Record extracts:
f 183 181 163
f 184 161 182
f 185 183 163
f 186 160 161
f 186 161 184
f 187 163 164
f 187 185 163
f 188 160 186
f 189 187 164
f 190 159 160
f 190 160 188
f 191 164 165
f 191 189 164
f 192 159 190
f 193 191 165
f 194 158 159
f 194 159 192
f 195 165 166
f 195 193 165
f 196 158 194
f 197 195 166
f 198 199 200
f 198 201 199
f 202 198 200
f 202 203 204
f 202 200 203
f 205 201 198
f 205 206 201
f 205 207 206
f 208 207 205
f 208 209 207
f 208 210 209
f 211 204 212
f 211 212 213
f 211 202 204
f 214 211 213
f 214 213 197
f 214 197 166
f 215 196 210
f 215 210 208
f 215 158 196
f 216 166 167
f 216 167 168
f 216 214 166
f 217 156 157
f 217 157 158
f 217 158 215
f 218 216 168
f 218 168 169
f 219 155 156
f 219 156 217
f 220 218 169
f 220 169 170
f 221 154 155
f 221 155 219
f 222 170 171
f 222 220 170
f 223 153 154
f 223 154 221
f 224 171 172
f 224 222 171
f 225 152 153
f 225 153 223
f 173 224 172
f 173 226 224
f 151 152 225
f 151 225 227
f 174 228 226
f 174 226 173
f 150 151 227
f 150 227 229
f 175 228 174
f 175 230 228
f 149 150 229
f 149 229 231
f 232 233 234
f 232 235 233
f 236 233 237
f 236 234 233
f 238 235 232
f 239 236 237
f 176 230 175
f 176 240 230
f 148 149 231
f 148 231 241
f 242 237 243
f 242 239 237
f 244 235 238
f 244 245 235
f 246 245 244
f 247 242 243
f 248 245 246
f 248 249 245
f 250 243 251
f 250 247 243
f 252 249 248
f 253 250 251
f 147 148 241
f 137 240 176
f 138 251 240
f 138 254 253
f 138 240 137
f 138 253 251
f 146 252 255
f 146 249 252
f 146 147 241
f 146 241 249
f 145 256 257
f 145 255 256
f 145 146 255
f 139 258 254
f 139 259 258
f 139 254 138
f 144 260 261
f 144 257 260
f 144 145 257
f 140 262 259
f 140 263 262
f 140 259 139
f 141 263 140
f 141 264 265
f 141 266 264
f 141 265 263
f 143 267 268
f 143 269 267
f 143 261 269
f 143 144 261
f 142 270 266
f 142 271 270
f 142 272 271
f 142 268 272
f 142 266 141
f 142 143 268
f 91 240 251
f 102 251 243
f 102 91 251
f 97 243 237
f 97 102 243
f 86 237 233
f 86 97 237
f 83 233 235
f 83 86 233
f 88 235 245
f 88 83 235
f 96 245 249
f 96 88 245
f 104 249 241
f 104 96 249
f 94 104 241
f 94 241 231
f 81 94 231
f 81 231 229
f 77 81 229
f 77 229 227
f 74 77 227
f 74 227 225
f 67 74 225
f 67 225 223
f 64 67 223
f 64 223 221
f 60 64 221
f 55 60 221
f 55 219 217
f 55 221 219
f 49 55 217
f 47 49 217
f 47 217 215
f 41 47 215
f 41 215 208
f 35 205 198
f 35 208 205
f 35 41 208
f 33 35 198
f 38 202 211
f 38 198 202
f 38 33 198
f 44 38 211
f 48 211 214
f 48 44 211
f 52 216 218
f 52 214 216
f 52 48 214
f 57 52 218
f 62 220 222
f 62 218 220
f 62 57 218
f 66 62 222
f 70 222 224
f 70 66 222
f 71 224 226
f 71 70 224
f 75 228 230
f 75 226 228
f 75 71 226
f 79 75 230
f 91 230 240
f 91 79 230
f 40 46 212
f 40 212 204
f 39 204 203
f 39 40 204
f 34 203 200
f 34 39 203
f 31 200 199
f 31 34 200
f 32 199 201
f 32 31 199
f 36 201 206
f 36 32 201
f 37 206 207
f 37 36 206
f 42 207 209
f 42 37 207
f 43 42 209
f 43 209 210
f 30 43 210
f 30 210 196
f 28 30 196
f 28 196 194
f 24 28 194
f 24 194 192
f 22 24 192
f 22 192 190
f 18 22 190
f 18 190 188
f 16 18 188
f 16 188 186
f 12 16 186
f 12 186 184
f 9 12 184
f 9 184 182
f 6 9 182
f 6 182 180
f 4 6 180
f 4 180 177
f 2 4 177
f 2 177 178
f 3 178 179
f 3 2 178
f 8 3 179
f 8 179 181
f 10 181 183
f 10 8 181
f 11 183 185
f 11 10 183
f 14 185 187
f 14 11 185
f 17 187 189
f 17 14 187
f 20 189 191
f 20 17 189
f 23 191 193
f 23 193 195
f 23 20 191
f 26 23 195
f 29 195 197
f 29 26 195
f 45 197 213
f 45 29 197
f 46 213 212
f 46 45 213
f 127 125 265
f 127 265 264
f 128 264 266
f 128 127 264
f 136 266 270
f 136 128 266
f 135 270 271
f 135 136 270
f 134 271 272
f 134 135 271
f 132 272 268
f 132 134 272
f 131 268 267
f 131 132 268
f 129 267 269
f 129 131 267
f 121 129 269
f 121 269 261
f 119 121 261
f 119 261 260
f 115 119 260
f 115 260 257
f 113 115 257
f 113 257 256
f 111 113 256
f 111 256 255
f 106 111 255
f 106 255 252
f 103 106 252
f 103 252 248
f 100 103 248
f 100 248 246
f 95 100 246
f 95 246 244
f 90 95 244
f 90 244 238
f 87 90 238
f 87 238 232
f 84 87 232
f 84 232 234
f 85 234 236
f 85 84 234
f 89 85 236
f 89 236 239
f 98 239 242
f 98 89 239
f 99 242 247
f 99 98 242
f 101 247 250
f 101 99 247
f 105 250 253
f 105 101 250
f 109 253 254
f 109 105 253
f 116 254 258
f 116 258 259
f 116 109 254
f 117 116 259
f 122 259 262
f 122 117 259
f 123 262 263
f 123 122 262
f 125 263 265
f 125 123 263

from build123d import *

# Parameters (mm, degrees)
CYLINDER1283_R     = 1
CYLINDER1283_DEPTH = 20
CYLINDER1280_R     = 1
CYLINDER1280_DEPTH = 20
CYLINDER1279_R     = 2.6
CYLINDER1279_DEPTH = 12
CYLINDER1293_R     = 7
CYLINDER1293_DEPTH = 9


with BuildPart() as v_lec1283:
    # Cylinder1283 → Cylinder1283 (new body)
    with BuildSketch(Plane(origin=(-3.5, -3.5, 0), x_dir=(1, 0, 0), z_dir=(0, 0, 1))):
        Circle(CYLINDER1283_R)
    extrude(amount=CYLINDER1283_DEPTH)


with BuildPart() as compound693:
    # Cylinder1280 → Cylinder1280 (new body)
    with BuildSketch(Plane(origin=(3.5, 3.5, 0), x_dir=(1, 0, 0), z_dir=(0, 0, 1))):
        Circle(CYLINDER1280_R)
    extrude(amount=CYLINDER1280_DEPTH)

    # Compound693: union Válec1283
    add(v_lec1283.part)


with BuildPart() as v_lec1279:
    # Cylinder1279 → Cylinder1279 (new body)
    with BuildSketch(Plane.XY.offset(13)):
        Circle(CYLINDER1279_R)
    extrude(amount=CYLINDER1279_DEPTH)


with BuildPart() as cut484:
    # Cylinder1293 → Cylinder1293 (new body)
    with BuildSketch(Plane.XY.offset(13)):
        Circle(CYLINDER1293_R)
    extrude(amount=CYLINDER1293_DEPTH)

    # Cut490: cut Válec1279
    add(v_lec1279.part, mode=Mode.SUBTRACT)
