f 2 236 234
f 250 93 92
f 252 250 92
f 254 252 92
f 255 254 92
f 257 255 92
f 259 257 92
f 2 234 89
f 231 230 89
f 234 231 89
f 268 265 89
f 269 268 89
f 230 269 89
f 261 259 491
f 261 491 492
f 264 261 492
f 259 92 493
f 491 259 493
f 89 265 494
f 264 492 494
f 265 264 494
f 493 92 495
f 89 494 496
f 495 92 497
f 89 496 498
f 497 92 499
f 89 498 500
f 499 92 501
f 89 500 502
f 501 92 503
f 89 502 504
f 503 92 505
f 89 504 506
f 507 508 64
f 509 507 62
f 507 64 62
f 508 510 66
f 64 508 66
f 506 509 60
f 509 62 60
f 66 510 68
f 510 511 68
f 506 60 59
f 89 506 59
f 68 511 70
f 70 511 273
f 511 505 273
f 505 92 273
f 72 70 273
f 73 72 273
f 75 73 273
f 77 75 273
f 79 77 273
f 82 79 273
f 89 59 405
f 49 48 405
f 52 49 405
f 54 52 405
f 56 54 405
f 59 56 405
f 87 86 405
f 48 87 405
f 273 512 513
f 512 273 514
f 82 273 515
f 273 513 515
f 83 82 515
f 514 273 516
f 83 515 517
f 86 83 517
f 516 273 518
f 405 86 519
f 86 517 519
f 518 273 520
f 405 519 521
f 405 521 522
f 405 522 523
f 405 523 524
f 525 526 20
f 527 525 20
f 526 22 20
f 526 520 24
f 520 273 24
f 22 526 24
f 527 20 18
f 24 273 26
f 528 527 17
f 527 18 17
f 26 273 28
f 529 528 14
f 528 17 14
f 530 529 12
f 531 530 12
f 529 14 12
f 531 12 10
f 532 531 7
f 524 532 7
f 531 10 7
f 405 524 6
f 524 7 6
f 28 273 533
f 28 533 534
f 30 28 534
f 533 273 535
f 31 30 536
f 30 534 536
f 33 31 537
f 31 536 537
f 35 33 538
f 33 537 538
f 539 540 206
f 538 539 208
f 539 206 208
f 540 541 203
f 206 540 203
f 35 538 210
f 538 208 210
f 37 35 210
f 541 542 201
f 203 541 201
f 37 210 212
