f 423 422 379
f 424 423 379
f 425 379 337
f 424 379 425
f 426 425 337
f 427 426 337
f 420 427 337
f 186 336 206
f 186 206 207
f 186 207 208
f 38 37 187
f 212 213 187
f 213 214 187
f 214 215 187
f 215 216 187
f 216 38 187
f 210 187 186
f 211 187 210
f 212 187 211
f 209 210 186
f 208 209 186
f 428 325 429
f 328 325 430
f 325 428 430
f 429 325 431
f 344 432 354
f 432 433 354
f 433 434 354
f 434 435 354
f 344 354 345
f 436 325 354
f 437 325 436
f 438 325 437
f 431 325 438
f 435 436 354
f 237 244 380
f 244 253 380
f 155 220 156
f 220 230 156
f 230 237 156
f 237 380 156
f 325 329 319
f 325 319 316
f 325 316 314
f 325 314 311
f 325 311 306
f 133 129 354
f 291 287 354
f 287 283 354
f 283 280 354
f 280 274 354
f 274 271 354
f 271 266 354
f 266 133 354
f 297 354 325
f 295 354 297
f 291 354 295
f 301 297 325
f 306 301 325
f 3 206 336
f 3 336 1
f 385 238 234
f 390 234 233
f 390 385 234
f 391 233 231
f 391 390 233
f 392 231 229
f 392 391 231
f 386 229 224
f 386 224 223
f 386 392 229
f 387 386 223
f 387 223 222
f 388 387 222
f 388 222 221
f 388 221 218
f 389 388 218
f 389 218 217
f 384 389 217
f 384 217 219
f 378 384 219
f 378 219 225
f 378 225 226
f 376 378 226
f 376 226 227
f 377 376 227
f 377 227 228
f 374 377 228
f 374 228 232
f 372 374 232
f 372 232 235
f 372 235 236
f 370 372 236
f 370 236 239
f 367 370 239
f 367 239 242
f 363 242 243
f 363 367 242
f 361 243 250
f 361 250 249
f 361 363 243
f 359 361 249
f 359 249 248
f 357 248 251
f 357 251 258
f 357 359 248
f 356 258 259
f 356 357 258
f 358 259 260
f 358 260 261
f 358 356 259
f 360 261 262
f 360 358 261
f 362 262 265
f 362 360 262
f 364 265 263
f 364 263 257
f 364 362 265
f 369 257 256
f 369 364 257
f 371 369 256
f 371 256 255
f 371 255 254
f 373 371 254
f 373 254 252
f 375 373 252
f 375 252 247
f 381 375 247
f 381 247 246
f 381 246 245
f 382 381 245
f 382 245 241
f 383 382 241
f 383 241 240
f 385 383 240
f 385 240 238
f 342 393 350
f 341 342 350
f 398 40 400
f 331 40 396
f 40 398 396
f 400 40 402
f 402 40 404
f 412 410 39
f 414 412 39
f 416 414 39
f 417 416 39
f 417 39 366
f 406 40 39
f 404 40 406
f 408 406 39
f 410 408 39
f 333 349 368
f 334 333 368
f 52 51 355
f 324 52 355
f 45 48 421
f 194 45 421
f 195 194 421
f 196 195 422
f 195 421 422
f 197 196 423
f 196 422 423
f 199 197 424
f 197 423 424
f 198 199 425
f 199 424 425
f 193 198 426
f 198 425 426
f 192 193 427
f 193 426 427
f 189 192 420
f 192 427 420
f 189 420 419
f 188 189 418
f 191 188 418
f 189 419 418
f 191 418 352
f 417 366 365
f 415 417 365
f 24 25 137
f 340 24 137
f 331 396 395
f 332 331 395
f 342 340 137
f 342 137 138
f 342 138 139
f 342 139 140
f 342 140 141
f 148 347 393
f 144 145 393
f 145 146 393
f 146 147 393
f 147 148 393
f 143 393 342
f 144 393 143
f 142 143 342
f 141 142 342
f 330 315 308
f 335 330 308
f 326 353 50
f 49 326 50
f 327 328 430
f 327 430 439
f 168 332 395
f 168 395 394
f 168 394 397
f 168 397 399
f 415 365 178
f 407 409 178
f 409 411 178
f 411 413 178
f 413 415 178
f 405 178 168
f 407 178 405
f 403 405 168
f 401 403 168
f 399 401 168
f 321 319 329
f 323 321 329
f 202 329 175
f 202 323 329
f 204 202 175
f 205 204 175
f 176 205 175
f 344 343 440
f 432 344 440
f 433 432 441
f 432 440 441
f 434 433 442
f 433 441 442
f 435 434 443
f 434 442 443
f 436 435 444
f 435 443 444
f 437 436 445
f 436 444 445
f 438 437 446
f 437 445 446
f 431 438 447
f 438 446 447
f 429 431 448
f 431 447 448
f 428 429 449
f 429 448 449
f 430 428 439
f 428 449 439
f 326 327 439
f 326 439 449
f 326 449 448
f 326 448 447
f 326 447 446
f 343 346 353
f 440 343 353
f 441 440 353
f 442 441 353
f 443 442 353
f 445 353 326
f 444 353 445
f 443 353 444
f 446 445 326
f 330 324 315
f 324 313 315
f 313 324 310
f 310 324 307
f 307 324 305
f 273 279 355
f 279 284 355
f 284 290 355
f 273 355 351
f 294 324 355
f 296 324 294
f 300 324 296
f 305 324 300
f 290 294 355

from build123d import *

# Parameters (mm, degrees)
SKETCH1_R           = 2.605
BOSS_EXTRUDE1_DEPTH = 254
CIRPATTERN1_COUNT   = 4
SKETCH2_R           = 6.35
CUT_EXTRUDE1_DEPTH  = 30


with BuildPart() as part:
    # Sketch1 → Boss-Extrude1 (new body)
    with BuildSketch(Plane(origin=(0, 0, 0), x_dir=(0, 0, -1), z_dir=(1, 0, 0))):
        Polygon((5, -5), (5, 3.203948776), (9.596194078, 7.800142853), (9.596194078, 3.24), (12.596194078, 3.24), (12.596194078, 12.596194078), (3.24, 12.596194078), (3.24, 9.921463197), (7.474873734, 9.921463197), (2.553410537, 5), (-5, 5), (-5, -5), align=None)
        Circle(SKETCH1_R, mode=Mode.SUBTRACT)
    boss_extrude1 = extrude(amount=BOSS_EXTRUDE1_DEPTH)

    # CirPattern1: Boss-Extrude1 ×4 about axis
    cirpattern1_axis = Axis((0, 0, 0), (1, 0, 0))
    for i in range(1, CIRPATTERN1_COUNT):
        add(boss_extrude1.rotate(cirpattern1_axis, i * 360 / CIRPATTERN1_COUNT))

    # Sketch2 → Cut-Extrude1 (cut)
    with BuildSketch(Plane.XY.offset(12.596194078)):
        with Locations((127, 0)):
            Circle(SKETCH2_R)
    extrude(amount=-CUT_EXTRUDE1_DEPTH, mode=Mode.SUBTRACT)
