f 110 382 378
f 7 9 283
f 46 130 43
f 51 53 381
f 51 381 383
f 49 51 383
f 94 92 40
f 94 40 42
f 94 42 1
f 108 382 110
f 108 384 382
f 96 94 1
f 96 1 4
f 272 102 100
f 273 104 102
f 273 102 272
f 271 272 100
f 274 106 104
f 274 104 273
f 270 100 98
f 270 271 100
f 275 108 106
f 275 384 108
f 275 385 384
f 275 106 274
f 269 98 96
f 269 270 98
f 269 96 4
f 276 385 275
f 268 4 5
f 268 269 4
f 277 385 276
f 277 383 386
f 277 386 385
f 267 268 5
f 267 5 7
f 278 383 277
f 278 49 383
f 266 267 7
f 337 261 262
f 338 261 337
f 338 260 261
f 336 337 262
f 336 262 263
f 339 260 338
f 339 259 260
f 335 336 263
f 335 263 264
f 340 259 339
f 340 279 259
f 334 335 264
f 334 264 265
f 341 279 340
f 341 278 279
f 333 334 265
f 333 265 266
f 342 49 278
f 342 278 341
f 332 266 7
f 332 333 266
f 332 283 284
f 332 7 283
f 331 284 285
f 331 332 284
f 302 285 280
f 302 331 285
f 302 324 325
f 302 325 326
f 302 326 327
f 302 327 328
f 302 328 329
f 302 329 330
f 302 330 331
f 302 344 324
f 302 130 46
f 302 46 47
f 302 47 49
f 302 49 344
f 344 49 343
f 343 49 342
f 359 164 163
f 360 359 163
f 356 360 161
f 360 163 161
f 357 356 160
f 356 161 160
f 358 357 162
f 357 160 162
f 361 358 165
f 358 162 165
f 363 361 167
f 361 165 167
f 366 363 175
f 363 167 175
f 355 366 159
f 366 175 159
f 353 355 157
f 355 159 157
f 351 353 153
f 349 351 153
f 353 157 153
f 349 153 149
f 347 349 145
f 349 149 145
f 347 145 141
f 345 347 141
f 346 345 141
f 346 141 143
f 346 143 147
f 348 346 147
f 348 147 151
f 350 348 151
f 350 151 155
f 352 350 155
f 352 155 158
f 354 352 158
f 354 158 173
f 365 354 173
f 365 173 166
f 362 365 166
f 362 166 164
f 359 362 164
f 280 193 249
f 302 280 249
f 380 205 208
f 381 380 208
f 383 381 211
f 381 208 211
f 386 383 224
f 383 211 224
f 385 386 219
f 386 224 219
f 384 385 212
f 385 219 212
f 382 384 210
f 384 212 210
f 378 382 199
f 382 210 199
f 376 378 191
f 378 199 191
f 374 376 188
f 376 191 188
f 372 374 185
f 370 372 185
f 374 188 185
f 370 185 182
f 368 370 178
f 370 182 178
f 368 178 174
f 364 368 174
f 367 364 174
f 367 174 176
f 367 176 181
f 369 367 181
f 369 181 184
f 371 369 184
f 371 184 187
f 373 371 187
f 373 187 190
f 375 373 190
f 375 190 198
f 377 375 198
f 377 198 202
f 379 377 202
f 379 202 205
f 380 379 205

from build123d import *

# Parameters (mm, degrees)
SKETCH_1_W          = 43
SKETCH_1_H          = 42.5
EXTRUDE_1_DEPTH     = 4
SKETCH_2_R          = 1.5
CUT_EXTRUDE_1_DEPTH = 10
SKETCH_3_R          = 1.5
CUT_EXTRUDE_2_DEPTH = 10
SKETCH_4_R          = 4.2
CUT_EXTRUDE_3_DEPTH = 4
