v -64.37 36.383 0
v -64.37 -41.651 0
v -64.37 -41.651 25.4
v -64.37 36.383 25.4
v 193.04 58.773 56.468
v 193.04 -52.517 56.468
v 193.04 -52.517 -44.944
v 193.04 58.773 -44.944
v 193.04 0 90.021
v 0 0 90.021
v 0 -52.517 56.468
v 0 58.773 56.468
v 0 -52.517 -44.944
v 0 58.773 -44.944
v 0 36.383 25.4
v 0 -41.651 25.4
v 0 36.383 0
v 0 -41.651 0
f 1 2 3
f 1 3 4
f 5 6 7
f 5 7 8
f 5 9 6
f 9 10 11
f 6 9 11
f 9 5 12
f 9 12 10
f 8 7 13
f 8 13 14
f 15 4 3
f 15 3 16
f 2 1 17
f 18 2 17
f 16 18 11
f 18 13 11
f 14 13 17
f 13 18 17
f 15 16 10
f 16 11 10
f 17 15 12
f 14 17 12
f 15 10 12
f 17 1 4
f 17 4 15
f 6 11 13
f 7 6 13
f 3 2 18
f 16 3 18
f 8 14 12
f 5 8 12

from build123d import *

# Parameters (mm, degrees)
F1_DEPTH = 193.04
F2_W     = 122.8137016296
F2_H     = 78.0344456434
F3_DEPTH = 25.4


# Not quite as in the source:
# - a feature names something its author has since deleted; it is built from what else it names


with BuildPart() as f1:
    # F0 (on Right) → F1 (new body)
    with BuildSketch(Plane.YZ):
        Polygon((-52.5168515742, 56.4679652452), (-52.5168515742, -44.9438914657), (58.7727762759, -44.9438914657), (58.7727762759, 56.4679652452), (0, 90.0208726525), align=None)
    extrude(amount=F1_DEPTH)

    # F2 (on Top) → F3 (join)
    with BuildSketch(Plane.XY):
        with Locations((-2.963334322, -2.6340745389)):
            Rectangle(F2_W, F2_H)
    extrude(amount=F3_DEPTH)


solid = f1.part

Work required:
Return, unchanged, the run of lines above that opens with the line containing "f 89 498 500" and closes with the line containing "f 531 12 10". Include both.

Solved problem:
f 89 498 500
f 499 92 501
f 89 500 502
f 501 92 503
f 89 502 504
f 503 92 505
f 89 504 506
f 507 508 64
f 509 507 62
f 507 64 62
f 508 510 66
f 64 508 66
f 506 509 60
f 509 62 60
f 66 510 68
f 510 511 68
f 506 60 59
f 89 506 59
f 68 511 70
f 70 511 273
f 511 505 273
f 505 92 273
f 72 70 273
f 73 72 273
f 75 73 273
f 77 75 273
f 79 77 273
f 82 79 273
f 89 59 405
f 49 48 405
f 52 49 405
f 54 52 405
f 56 54 405
f 59 56 405
f 87 86 405
f 48 87 405
f 273 512 513
f 512 273 514
f 82 273 515
f 273 513 515
f 83 82 515
f 514 273 516
f 83 515 517
f 86 83 517
f 516 273 518
f 405 86 519
f 86 517 519
f 518 273 520
f 405 519 521
f 405 521 522
f 405 522 523
f 405 523 524
f 525 526 20
f 527 525 20
f 526 22 20
f 526 520 24
f 520 273 24
f 22 526 24
f 527 20 18
f 24 273 26
f 528 527 17
f 527 18 17
f 26 273 28
f 529 528 14
f 528 17 14
f 530 529 12
f 531 530 12
f 529 14 12
f 531 12 10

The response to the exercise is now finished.